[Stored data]
○ ○ ○ ○
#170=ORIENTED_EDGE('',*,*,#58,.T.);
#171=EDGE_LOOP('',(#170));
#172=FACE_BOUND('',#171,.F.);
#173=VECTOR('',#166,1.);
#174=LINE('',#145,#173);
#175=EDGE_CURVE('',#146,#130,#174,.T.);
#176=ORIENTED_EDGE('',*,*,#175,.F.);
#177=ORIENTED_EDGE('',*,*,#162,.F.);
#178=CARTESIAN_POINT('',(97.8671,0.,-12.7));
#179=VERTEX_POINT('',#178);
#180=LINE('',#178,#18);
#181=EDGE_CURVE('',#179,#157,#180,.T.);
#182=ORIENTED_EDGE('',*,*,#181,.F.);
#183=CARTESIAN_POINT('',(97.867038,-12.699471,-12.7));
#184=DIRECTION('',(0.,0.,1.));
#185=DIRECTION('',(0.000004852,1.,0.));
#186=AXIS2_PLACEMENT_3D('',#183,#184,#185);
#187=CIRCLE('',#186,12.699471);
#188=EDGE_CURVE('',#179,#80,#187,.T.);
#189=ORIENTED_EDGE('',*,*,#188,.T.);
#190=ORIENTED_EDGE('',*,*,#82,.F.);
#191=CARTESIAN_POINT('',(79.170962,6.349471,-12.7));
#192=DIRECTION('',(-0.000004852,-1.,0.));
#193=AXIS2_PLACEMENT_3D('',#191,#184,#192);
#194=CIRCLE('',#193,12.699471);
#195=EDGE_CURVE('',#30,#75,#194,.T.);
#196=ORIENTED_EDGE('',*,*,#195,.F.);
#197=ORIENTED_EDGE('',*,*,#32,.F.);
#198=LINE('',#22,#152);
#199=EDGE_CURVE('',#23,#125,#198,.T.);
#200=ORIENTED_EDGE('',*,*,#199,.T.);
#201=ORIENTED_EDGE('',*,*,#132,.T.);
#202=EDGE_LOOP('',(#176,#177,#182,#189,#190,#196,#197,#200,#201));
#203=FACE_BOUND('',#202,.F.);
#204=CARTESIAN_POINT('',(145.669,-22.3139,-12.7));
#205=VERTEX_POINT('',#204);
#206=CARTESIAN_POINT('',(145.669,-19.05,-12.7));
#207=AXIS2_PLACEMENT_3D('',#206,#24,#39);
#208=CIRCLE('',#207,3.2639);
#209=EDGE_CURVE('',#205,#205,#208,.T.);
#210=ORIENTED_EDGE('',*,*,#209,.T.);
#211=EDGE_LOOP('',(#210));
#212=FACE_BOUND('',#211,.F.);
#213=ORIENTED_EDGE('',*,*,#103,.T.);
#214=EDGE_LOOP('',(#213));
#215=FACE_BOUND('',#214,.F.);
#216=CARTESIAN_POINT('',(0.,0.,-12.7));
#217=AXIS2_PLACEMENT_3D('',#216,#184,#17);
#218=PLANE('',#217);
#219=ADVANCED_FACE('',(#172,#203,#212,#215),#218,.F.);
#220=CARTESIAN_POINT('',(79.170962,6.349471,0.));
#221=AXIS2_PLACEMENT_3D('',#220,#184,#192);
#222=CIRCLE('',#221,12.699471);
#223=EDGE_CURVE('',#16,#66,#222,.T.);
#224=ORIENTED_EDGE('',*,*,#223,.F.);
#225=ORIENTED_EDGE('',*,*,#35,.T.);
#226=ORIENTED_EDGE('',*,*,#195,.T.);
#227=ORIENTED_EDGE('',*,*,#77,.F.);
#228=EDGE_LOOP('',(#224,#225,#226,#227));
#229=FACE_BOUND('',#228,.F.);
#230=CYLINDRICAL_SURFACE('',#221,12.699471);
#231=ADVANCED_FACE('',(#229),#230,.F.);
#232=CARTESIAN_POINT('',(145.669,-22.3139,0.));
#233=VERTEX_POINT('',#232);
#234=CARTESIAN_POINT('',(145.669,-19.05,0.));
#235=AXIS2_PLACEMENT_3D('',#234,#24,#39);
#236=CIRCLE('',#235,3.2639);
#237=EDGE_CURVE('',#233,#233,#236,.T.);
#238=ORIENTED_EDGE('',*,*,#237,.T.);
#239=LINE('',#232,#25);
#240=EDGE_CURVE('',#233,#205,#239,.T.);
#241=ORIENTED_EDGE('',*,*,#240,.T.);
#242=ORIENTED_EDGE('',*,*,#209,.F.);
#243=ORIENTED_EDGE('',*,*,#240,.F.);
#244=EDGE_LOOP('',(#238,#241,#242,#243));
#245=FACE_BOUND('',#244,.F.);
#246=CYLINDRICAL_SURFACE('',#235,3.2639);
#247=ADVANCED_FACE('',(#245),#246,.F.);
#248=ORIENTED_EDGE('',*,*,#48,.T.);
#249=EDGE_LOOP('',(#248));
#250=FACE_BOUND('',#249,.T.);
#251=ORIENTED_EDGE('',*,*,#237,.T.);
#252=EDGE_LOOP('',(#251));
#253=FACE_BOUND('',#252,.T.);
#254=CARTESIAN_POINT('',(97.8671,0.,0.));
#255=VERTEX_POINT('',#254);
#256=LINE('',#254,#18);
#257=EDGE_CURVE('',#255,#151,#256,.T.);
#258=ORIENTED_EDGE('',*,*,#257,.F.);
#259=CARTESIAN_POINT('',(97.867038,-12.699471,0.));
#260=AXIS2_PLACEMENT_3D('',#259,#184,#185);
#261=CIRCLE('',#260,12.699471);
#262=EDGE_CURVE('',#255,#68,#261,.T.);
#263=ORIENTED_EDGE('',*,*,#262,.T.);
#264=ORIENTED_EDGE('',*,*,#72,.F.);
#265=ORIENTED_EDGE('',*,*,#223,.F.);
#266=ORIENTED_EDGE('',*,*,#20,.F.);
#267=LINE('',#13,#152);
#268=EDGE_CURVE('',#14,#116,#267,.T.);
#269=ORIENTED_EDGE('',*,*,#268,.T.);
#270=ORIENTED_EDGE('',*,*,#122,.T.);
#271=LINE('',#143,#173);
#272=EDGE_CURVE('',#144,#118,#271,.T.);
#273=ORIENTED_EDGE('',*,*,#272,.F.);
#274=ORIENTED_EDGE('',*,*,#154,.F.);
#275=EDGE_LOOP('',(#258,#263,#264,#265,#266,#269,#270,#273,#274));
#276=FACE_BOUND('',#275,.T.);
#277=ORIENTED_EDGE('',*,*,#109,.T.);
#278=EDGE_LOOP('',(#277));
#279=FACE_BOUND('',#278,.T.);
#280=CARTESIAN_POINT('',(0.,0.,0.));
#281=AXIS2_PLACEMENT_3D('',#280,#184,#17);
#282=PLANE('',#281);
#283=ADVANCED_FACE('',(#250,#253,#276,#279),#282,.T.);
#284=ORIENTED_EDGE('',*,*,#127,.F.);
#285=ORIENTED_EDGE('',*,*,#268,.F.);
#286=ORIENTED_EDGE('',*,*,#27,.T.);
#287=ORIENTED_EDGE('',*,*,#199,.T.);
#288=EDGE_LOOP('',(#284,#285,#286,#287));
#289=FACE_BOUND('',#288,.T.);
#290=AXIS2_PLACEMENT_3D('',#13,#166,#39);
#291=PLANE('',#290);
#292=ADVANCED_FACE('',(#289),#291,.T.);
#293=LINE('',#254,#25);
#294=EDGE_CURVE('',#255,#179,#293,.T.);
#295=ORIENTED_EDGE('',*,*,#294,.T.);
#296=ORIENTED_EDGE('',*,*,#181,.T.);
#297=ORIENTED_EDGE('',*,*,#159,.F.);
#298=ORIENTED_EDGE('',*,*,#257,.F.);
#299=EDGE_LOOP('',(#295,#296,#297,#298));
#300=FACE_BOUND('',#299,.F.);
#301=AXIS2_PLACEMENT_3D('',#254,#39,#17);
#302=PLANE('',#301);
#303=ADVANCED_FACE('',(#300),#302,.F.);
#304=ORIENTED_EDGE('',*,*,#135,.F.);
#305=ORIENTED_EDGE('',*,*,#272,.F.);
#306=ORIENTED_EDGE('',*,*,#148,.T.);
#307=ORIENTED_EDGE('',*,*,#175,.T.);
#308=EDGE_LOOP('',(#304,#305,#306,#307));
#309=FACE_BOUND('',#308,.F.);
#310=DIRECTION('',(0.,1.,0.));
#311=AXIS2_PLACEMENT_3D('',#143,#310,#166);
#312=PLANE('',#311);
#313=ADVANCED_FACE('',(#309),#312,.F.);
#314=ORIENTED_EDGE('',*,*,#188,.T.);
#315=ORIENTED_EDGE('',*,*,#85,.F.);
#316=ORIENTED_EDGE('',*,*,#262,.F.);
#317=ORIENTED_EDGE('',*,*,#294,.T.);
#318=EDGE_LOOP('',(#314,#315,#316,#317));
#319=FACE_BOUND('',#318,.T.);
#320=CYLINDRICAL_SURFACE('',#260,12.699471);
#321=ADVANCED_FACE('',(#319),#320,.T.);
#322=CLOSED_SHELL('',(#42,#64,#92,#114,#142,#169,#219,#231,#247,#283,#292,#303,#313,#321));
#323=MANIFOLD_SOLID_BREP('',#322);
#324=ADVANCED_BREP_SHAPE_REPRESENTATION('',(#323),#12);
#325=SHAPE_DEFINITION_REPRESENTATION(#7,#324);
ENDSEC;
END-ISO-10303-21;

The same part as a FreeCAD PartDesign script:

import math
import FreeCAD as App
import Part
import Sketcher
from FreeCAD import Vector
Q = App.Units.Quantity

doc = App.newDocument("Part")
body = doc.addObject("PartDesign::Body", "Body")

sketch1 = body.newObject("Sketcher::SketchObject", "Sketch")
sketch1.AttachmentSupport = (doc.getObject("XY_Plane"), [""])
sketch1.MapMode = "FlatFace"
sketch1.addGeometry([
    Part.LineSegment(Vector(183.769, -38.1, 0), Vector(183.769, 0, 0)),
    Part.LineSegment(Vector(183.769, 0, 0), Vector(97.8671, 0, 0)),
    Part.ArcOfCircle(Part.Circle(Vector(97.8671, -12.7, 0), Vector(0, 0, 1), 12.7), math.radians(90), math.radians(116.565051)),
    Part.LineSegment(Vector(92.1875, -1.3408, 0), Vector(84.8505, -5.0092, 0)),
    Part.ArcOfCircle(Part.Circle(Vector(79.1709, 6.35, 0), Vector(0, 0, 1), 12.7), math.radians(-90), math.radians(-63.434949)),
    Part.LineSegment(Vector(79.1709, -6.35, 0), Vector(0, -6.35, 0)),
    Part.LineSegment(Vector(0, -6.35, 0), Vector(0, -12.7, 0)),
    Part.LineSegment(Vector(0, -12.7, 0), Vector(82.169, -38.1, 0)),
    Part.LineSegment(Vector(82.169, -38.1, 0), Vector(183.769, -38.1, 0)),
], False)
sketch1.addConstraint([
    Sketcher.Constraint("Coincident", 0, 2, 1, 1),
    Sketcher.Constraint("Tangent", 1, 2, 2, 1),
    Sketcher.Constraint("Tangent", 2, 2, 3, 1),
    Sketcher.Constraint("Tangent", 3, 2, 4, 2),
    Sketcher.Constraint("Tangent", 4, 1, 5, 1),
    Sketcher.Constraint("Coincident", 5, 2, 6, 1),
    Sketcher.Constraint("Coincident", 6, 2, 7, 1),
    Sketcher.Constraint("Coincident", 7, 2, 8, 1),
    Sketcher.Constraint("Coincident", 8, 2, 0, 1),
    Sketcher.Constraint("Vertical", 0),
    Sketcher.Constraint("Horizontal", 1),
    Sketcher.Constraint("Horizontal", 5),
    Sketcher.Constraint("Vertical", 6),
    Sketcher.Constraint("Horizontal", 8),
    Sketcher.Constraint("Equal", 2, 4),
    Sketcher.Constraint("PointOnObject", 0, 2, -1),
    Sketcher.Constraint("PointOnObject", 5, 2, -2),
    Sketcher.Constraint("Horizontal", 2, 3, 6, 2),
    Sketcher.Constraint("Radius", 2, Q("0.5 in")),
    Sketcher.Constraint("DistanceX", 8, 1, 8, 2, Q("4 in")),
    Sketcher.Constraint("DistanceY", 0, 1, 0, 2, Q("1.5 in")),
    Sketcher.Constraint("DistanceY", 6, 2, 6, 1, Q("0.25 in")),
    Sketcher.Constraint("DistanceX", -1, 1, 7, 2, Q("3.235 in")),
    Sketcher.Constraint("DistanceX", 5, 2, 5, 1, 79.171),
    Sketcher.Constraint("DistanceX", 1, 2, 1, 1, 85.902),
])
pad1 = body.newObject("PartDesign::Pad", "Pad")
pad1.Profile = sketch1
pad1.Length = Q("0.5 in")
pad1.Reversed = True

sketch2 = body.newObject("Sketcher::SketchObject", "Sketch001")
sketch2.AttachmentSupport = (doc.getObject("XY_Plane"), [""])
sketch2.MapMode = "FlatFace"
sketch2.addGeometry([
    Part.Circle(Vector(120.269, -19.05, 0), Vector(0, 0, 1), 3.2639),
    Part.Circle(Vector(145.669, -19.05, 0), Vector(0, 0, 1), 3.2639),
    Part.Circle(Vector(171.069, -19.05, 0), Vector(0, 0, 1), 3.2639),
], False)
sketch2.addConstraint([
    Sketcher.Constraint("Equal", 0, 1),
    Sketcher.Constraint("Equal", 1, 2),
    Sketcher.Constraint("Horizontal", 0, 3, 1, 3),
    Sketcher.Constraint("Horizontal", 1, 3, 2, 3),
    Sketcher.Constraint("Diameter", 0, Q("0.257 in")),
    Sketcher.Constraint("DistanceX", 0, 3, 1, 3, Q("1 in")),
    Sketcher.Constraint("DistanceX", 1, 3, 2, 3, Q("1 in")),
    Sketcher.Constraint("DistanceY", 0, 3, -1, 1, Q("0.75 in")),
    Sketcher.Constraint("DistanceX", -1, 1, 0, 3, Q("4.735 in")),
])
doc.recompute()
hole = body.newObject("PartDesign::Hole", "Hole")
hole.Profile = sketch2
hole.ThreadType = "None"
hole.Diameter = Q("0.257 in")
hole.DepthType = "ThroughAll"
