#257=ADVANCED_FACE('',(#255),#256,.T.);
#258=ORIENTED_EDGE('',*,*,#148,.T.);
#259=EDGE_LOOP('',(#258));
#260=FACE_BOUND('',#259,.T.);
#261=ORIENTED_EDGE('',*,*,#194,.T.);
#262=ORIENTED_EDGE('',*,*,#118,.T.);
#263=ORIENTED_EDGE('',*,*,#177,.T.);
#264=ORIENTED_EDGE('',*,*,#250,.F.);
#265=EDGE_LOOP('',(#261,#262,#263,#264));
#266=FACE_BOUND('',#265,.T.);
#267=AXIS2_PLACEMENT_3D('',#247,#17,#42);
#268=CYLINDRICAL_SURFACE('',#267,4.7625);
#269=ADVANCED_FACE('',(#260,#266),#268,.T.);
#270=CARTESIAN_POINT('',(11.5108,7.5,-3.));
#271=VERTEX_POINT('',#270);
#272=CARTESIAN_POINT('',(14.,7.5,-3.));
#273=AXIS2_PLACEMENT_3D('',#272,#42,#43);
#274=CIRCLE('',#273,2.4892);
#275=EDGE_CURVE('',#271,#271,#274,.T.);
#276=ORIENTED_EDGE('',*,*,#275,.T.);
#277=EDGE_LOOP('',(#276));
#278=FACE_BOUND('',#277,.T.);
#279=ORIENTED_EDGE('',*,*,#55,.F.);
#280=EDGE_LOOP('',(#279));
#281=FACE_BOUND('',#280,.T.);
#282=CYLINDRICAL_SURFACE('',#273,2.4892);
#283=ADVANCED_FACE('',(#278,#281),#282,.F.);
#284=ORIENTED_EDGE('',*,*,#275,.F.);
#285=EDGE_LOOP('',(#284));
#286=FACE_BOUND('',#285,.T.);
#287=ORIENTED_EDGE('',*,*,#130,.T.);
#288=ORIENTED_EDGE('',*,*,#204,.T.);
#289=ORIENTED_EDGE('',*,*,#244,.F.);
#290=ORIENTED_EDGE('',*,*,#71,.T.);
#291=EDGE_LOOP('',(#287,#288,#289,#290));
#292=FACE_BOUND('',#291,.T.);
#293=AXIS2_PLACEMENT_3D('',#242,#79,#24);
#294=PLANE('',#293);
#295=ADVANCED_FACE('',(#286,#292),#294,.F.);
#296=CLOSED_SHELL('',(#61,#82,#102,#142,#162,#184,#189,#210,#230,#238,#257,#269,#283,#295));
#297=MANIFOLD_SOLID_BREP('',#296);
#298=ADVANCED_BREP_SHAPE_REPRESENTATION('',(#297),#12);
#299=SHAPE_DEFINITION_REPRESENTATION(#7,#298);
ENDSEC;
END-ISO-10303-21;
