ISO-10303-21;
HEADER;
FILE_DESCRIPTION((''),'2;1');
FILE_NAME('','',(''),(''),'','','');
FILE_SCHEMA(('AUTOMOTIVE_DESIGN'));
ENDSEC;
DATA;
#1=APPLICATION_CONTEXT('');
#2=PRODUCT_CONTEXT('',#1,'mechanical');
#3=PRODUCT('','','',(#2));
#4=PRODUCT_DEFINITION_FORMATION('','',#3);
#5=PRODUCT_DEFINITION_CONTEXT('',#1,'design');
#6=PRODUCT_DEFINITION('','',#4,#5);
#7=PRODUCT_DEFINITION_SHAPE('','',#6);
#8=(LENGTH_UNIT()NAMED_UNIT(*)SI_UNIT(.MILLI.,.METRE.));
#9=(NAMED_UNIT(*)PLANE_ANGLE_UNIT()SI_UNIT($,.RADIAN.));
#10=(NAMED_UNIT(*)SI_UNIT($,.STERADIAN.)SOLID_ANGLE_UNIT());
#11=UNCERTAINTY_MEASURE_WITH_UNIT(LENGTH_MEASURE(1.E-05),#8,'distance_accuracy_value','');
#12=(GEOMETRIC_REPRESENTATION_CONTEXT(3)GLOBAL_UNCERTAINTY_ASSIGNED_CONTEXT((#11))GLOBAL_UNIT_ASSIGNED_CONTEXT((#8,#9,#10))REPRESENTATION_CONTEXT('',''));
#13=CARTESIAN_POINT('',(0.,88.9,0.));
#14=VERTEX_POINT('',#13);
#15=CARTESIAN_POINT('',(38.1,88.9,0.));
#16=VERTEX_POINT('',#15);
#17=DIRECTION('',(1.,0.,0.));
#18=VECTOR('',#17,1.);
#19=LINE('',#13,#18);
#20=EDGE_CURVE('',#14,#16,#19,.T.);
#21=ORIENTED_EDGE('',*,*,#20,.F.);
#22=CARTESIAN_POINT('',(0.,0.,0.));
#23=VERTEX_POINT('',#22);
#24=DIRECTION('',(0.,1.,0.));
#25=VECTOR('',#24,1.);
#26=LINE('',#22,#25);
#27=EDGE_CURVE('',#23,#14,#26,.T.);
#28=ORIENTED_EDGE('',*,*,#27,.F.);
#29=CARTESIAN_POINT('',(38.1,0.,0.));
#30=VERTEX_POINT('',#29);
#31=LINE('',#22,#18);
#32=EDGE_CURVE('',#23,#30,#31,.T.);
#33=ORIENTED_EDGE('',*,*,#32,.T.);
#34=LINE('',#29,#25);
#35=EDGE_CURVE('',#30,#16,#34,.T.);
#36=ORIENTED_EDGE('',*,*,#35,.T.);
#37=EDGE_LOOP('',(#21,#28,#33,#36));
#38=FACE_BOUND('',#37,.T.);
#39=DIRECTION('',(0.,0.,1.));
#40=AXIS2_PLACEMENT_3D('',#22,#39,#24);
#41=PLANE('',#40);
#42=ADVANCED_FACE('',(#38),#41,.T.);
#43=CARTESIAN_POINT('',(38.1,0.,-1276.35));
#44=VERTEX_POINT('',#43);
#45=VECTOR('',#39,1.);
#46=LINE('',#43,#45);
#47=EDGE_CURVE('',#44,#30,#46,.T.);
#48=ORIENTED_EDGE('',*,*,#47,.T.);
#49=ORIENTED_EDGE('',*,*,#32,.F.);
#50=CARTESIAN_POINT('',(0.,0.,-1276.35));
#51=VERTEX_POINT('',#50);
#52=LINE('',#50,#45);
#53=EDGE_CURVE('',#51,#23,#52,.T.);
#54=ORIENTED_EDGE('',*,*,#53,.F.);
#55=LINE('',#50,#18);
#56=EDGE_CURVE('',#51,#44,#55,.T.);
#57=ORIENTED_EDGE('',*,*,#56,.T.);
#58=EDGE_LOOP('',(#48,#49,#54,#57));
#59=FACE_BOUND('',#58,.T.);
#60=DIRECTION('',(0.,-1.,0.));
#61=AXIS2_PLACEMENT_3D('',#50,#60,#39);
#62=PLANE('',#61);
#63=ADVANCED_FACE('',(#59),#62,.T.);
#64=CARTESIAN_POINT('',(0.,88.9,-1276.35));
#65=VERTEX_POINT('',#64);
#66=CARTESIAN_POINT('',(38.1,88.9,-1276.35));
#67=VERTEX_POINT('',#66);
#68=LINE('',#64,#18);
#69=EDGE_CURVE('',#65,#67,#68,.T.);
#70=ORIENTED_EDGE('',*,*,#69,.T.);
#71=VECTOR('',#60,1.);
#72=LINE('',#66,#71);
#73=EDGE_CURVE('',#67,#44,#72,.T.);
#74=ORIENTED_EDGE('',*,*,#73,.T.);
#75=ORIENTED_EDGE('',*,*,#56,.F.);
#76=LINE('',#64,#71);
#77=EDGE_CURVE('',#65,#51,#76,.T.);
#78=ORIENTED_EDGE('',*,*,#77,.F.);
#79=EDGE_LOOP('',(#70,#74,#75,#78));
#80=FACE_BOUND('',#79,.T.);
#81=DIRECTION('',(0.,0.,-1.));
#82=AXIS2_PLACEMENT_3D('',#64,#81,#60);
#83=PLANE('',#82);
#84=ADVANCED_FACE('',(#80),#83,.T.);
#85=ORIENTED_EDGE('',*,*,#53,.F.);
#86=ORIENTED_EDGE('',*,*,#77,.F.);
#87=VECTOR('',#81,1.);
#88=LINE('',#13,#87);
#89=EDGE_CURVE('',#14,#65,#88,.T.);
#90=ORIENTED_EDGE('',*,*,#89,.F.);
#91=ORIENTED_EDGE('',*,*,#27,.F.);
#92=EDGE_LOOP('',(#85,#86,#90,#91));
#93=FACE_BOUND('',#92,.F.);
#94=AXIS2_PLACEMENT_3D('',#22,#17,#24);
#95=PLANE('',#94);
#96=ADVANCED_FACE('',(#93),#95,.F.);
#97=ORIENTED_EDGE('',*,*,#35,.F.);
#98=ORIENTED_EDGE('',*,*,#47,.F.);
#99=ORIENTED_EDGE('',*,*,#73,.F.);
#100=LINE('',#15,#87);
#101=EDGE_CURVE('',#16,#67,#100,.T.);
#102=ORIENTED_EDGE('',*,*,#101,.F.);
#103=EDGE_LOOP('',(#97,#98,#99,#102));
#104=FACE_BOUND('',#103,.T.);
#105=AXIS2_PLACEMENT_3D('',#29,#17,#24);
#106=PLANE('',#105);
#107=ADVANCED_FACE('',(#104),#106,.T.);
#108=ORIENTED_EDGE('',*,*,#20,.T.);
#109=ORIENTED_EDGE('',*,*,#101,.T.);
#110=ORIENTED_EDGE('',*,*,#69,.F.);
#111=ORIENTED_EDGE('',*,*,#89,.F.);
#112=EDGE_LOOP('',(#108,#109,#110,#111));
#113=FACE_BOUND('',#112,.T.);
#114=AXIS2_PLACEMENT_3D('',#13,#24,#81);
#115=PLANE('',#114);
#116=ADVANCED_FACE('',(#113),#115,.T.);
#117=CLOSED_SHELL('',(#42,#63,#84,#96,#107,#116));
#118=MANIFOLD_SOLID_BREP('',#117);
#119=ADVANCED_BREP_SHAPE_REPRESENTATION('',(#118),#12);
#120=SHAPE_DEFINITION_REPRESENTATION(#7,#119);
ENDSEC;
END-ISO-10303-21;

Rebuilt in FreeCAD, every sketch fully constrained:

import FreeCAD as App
import Part
import Sketcher

V = App.Vector
Q = App.Units.Quantity

doc = App.newDocument("Part")
body = doc.addObject("PartDesign::Body", "Body")

sketch1 = doc.addObject("Sketcher::SketchObject", "Sketch")
body.addObject(sketch1)
sketch1.AttachmentSupport = (doc.YZ_Plane, [""])
sketch1.MapMode = "FlatFace"
sketch1.addGeometry([
    Part.LineSegment(V(88.9, 0, 0), V(0, 0, 0)),
    Part.LineSegment(V(0, 0, 0), V(0, -1276.35, 0)),
    Part.LineSegment(V(0, -1276.35, 0), V(88.9, -1276.35, 0)),
    Part.LineSegment(V(88.9, -1276.35, 0), V(88.9, 0, 0)),
], False)
sketch1.addConstraint([
    Sketcher.Constraint("Coincident", 0, 2, 1, 1),
    Sketcher.Constraint("Coincident", 1, 2, 2, 1),
    Sketcher.Constraint("Coincident", 2, 2, 3, 1),
    Sketcher.Constraint("Coincident", 3, 2, 0, 1),
    Sketcher.Constraint("Horizontal", 0),
    Sketcher.Constraint("Vertical", 1),
    Sketcher.Constraint("Horizontal", 2),
    Sketcher.Constraint("Vertical", 3),
    Sketcher.Constraint("Coincident", 0, 2, -1, 1),
    Sketcher.Constraint("DistanceX", 0, 2, 0, 1, Q("3.5 in")),
    Sketcher.Constraint("DistanceY", 1, 2, 1, 1, Q("50.25 in")),
])
pad1 = doc.addObject("PartDesign::Pad", "Pad")
body.addObject(pad1)
pad1.Profile = sketch1
pad1.Length = Q("1.5 in")

doc.recompute()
○ ○ ○ ○
About this exercise => Transcribe each line of the data above, unaltered, from the one where "#16=VERTEX_POINT('',#15);" appears to the one where "#28=ORIENTED_EDGE('',*,*,#27,.F.);" appears, inclusive of both.

Solution =>
#16=VERTEX_POINT('',#15);
#17=DIRECTION('',(1.,0.,0.));
#18=VECTOR('',#17,1.);
#19=LINE('',#13,#18);
#20=EDGE_CURVE('',#14,#16,#19,.T.);
#21=ORIENTED_EDGE('',*,*,#20,.F.);
#22=CARTESIAN_POINT('',(0.,0.,0.));
#23=VERTEX_POINT('',#22);
#24=DIRECTION('',(0.,1.,0.));
#25=VECTOR('',#24,1.);
#26=LINE('',#22,#25);
#27=EDGE_CURVE('',#23,#14,#26,.T.);
#28=ORIENTED_EDGE('',*,*,#27,.F.);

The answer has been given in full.